Beginning at the line that includes "f 226 105 104", return each line exactly through the end of the listing, and no line before it.

Listed records ::
+++

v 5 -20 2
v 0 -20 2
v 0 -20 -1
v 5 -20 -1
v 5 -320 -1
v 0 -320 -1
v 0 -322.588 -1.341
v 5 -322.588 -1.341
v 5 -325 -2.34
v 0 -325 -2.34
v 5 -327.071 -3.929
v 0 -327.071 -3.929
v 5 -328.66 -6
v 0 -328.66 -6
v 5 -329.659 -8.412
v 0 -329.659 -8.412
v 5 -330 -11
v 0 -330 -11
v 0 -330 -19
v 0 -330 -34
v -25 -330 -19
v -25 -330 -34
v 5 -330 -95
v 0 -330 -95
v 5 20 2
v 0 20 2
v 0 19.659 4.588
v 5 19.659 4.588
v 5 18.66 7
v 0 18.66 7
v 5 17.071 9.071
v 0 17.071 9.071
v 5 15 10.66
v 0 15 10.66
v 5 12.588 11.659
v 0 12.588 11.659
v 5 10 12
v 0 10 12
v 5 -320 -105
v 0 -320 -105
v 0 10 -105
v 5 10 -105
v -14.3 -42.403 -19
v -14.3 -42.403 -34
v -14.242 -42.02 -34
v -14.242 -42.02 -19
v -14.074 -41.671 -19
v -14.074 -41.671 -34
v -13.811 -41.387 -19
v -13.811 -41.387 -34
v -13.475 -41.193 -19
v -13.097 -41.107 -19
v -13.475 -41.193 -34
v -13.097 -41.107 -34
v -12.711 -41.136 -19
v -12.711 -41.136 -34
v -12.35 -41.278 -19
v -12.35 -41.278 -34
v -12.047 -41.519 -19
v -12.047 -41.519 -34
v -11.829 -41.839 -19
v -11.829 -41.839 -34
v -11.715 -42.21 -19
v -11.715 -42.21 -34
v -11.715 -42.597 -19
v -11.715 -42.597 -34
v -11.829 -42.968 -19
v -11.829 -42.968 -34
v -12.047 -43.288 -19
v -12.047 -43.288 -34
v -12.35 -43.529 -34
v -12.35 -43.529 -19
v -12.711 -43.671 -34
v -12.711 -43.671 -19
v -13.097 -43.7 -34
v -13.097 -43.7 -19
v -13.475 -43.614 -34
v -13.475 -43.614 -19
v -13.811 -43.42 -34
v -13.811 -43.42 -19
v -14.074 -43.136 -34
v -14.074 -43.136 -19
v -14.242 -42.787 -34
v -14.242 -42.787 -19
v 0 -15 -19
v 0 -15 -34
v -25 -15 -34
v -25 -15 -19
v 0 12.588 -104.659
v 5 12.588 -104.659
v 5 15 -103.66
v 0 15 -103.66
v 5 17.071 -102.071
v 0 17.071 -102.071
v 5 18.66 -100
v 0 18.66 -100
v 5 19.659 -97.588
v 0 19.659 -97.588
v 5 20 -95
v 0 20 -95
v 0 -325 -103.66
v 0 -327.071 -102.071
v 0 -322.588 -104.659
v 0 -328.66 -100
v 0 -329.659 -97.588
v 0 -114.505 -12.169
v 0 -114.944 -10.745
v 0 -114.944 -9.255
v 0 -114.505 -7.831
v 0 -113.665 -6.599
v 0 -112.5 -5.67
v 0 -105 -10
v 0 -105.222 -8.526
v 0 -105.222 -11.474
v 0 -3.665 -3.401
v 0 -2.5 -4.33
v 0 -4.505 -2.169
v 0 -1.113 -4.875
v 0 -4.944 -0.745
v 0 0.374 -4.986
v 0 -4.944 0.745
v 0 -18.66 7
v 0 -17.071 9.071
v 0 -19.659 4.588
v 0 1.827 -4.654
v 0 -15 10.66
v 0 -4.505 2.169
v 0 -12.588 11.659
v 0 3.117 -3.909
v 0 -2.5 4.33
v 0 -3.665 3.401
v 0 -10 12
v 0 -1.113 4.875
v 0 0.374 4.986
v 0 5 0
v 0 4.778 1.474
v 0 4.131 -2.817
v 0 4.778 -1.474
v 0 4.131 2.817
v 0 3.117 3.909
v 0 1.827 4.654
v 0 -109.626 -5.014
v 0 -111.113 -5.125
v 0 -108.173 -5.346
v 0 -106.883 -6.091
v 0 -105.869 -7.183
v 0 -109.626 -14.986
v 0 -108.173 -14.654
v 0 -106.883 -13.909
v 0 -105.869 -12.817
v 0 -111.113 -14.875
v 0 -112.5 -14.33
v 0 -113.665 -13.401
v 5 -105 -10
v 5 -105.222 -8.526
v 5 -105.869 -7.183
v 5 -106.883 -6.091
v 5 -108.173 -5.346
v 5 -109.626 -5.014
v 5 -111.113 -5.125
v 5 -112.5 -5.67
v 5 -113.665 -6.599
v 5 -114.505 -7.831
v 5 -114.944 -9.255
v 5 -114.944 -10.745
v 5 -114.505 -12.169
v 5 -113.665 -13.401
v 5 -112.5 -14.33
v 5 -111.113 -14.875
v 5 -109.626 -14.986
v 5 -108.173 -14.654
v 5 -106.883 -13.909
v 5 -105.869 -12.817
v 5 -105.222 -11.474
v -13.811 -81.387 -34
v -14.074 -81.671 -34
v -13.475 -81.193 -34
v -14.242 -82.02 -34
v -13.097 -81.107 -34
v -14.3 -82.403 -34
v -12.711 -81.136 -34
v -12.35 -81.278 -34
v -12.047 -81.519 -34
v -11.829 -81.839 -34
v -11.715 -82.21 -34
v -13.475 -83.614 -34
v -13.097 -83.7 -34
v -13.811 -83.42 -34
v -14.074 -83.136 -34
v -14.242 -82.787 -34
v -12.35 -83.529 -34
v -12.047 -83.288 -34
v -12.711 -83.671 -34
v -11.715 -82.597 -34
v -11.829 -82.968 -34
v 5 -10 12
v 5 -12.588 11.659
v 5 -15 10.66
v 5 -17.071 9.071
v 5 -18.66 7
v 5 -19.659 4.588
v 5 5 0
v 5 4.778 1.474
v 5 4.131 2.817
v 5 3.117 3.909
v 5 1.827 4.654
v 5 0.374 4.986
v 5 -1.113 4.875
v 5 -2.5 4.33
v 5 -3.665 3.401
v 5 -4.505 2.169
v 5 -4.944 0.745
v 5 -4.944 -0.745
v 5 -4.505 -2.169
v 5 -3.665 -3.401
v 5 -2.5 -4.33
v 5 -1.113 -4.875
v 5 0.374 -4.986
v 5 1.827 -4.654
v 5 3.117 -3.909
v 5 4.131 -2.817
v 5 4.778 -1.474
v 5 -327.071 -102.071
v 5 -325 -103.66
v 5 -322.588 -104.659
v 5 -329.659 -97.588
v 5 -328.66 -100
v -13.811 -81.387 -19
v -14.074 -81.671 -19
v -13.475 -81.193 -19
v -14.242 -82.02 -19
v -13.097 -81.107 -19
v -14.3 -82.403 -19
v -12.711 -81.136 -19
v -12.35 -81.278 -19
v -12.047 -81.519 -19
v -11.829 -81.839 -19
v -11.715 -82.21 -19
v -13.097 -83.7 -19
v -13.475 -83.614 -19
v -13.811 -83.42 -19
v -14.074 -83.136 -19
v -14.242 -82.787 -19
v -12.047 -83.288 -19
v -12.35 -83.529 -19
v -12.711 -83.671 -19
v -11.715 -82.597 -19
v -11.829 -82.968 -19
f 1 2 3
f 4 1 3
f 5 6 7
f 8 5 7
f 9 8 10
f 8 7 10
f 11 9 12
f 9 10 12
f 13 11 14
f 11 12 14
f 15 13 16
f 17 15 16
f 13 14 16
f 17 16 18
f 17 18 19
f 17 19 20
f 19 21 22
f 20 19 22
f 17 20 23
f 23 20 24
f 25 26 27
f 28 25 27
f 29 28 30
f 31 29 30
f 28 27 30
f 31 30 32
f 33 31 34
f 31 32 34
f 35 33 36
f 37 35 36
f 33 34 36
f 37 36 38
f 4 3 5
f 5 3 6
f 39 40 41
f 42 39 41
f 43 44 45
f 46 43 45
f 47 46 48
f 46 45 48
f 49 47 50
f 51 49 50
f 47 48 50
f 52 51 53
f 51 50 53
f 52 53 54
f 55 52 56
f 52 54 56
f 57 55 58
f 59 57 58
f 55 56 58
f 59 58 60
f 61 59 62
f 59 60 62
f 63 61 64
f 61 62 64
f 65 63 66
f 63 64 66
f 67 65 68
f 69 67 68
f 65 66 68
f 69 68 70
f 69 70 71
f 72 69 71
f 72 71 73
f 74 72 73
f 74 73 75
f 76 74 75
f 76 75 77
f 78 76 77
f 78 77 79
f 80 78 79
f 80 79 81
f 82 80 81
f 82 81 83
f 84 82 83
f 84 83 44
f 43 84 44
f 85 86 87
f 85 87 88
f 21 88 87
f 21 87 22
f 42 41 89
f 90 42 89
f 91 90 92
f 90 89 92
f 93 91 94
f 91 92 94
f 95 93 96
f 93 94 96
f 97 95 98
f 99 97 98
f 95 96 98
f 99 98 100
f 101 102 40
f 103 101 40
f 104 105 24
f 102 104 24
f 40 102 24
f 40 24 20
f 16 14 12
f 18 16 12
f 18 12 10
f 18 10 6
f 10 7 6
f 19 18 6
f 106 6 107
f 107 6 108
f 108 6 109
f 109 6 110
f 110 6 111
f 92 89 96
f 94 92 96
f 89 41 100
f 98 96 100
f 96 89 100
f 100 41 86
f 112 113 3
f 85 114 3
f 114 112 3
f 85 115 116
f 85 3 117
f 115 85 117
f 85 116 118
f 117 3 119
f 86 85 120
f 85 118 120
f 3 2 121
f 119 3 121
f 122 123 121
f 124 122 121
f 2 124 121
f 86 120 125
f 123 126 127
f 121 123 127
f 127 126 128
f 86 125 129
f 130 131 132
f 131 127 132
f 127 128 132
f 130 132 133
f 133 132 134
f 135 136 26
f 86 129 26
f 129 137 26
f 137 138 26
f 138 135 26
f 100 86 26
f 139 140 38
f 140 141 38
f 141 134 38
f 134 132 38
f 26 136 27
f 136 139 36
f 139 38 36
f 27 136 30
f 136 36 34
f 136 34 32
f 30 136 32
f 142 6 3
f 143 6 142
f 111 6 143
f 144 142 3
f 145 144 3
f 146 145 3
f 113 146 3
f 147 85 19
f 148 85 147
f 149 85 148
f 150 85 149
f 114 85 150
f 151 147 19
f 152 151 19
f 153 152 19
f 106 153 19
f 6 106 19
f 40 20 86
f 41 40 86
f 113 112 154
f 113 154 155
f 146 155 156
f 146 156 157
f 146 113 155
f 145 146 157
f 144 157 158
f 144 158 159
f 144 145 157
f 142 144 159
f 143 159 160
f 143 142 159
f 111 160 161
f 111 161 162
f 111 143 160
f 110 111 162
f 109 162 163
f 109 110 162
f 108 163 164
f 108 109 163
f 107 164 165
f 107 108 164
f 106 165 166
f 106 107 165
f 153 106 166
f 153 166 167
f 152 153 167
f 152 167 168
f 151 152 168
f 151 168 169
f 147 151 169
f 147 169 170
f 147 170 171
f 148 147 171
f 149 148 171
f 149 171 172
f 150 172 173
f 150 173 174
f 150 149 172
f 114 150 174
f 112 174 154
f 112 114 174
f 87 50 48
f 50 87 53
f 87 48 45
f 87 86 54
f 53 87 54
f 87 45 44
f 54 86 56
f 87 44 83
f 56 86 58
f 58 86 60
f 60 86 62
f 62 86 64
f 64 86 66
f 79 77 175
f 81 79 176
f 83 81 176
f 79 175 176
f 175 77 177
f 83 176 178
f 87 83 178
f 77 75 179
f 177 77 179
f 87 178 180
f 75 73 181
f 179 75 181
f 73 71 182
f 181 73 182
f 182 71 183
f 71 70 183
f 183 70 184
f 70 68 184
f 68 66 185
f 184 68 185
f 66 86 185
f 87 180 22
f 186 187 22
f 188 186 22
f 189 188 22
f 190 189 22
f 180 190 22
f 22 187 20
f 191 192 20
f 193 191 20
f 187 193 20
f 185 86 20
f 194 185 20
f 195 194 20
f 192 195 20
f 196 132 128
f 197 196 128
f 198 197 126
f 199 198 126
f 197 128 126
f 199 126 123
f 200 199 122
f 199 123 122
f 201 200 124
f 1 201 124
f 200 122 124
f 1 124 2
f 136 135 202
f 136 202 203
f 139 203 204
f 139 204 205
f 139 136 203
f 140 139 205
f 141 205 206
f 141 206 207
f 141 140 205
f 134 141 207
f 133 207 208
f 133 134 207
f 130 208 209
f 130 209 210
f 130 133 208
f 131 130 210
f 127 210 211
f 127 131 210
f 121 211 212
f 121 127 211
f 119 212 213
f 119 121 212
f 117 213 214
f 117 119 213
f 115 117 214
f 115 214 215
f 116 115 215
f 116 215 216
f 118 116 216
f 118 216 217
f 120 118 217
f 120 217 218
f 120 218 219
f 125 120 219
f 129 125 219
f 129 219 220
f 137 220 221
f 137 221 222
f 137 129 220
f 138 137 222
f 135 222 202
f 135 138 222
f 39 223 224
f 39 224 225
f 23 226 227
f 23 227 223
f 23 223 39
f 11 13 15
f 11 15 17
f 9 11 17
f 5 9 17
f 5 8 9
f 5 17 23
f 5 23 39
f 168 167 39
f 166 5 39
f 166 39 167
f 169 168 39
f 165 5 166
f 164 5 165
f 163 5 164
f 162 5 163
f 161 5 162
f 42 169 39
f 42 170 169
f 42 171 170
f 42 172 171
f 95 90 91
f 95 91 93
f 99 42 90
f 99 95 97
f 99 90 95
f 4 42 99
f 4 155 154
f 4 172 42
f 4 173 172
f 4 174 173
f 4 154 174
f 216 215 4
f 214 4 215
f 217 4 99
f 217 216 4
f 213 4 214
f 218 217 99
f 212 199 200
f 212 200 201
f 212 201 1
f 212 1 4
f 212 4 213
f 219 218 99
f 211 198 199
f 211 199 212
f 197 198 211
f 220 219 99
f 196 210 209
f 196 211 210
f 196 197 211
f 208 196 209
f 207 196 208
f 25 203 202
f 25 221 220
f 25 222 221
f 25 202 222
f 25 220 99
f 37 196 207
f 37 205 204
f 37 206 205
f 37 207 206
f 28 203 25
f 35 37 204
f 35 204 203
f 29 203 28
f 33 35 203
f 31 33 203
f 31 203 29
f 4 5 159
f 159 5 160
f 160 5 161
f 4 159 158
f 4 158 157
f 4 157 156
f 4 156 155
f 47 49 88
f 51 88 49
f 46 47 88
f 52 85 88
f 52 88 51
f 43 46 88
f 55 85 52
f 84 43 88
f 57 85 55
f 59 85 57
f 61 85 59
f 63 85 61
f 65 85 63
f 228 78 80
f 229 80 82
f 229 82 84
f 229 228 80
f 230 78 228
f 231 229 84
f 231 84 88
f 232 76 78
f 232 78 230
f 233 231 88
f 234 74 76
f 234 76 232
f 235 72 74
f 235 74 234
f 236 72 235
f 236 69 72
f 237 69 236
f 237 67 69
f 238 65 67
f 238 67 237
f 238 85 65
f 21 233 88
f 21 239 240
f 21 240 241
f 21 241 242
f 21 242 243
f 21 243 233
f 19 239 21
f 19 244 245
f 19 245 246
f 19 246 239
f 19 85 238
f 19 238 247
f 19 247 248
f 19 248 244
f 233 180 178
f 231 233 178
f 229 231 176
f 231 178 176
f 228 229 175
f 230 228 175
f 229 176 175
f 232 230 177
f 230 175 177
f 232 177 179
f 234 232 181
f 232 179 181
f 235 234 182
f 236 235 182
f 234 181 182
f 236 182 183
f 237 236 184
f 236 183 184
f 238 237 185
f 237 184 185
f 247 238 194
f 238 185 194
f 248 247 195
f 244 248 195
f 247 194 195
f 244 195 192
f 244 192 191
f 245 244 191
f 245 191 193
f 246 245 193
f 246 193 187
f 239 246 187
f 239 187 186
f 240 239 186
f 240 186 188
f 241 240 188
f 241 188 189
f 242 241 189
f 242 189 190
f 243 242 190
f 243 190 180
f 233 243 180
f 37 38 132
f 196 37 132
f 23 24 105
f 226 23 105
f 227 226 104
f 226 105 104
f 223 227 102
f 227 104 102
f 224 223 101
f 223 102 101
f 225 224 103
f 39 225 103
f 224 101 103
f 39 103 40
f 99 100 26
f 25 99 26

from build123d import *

# Parameters (mm, degrees)
F0_R     = 5
F1_DEPTH = 5
F2_W     = 315
F2_H     = 15
F3_DEPTH = 25
F5_D     = 2.6


with BuildPart() as f1:
    # F0 (on Right) → F1 (new body)
    with BuildSketch(Plane.YZ):
        with BuildLine():
            Line((-20, -1), (-320, -1))
            ThreePointArc((-320, -1), (-327.071068, -3.928932), (-330, -11))
            Line((-330, -11), (-330, -95))
            ThreePointArc((-330, -95), (-327.071068, -102.071068), (-320, -105))
            Line((-320, -105), (10, -105))
            ThreePointArc((10, -105), (17.071068, -102.071068), (20, -95))
            Line((20, -95), (20, 2))
            ThreePointArc((20, 2), (17.071068, 9.071068), (10, 12))
            Line((10, 12), (-10, 12))
            ThreePointArc((-10, 12), (-17.071068, 9.071068), (-20, 2))
            Line((-20, 2), (-20, -1))
        make_face()
        with Locations((-110, -10)):
            Circle(F0_R, mode=Mode.SUBTRACT)
        Circle(F0_R, mode=Mode.SUBTRACT)
    extrude(amount=F1_DEPTH)

    # F2 (on face) → F3 (join)
    with BuildSketch(Plane(origin=(0, 0, 0), x_dir=(0, -1, 0), z_dir=(-1, 0, 0))):
        with Locations((172.5, -26.5)):
            Rectangle(F2_W, F2_H)
    extrude(amount=F3_DEPTH)

    # F5 (through all)
    with Locations(Plane.XY.offset(-19)):
        with Locations((-13, -42.403466), (-13, -82.403466)):
            Hole(F5_D / 2)


solid = f1.part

+++

Answer to this problem ::
f 226 105 104
f 223 227 102
f 227 104 102
f 224 223 101
f 223 102 101
f 225 224 103
f 39 225 103
f 224 101 103
f 39 103 40
f 99 100 26
f 25 99 26

from build123d import *

# Parameters (mm, degrees)
F0_R     = 5
F1_DEPTH = 5
F2_W     = 315
F2_H     = 15
F3_DEPTH = 25
F5_D     = 2.6


with BuildPart() as f1:
    # F0 (on Right) → F1 (new body)
    with BuildSketch(Plane.YZ):
        with BuildLine():
            Line((-20, -1), (-320, -1))
            ThreePointArc((-320, -1), (-327.071068, -3.928932), (-330, -11))
            Line((-330, -11), (-330, -95))
            ThreePointArc((-330, -95), (-327.071068, -102.071068), (-320, -105))
            Line((-320, -105), (10, -105))
            ThreePointArc((10, -105), (17.071068, -102.071068), (20, -95))
            Line((20, -95), (20, 2))
            ThreePointArc((20, 2), (17.071068, 9.071068), (10, 12))
            Line((10, 12), (-10, 12))
            ThreePointArc((-10, 12), (-17.071068, 9.071068), (-20, 2))
            Line((-20, 2), (-20, -1))
        make_face()
        with Locations((-110, -10)):
            Circle(F0_R, mode=Mode.SUBTRACT)
        Circle(F0_R, mode=Mode.SUBTRACT)
    extrude(amount=F1_DEPTH)

    # F2 (on face) → F3 (join)
    with BuildSketch(Plane(origin=(0, 0, 0), x_dir=(0, -1, 0), z_dir=(-1, 0, 0))):
        with Locations((172.5, -26.5)):
            Rectangle(F2_W, F2_H)
    extrude(amount=F3_DEPTH)

    # F5 (through all)
    with Locations(Plane.XY.offset(-19)):
        with Locations((-13, -42.403466), (-13, -82.403466)):
            Hole(F5_D / 2)


solid = f1.part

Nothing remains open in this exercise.